Likewise, the experiment is used as a comparison with the current mainstream intelligent diagnostic models LeNet1D and MLP. Figure 9 and Table 5 show the test results of RW-Net and comparison methods on the CWRU bearing dataset, respectively. It can be seen that RW-Net has achieved the best results. The experiments demonstrate not only the superior fault identification capability of RW-Net, but also its robustness and generalization capability.

Fig. 9.
figure 9

The accuracy of RW-Net and comparison methods on the test set of JNU

Table 5. The accuracy of RW-Net and comparison methods on the test set of JNU

5 Conclusion

This paper proposes an improved CNN based on RSGW theories, called RW-Net. The shallow layer of RW-Net performs RSGW transform on time-domain signals. This layer inherits the advantages of RSGW in signal processing to extract signal features. RW-Net takes time domain signal as input. The RSGW layers are used as a multi-channel filter to simultaneously extract multiple fault features, and then the features extracted by the RSGW layers are fused as the input of the pooling layer. By enhancing the feature extraction ability of the shallow layer of the proposed method, the fault features can be accurately extracted by using small sample datasets, and the network training parameters are reduced. In this paper, the feasibility of RW-Net is verified by the CWRU and JNU bearing fault datasets. From the analysis of the experimental results, it can be seen that the average accuracy of RW-Net reaches 99.4% and 98.32%, which is better than other comparison methods. The feasibility and effectiveness of the proposed method are fully illustrated.
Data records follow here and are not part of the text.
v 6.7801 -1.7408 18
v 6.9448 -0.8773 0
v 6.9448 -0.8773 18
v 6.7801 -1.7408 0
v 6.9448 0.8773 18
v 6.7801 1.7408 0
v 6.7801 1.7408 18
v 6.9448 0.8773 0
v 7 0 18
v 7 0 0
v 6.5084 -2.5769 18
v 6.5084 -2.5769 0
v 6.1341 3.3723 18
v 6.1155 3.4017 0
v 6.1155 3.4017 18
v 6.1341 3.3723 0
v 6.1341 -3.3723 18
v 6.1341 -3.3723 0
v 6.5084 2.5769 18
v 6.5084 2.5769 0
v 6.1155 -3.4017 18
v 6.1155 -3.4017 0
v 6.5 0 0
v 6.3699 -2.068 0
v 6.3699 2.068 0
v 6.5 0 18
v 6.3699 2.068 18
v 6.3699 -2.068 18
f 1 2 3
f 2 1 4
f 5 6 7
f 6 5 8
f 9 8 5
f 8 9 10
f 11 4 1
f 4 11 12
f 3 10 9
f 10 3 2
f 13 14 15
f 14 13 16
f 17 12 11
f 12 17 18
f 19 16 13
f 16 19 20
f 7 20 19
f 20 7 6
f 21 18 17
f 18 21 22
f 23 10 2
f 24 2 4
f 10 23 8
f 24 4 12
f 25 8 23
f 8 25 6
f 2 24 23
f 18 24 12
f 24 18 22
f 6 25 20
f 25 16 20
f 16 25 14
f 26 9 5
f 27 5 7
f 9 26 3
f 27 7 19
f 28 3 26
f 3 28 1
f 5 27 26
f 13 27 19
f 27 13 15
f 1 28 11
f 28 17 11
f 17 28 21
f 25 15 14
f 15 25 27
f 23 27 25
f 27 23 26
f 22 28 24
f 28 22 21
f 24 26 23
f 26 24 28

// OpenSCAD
$fn = 50;


difference() {
	union() {
		cylinder(h = 18, r = 7.0000000000);
		translate(v = [-13.0000000000, 0, 0]) {
			cylinder(h = 18, r = 7.0000000000);
		}
	}
	union() {
		cylinder(h = 18, r = 3.2500000000);
		cylinder(h = 18, r = 1.8000000000);
		cylinder(h = 18, r = 1.8000000000);
		cylinder(h = 18, r = 1.8000000000);
		translate(v = [-17.5000000000, 0, 0]) {
			hull() {
				translate(v = [-3.7500000000, 0.0000000000, 0]) {
					cylinder(h = 18, r = 7.5000000000);
				}
				translate(v = [3.7500000000, 0.0000000000, 0]) {
					cylinder(h = 18, r = 7.5000000000);
				}
				translate(v = [-3.7500000000, -0.0000000000, 0]) {
					cylinder(h = 18, r = 7.5000000000);
				}
				translate(v = [3.7500000000, -0.0000000000, 0]) {
					cylinder(h = 18, r = 7.5000000000);
				}
			}
		}
		translate(v = [-10.0000000000, 0, 0.0000000000]) {
			cylinder(h = 18, r = 16.5000000000);
		}
	}
}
In this paper, we use the time-domain signal as the input signal of the network and each labeled data segment is independent of each other when segmenting the data set, i.e., the correlation between data segments is not considered. We think the correlation between data segments can be the next research direction. The graph convolutional neural network may be a good method.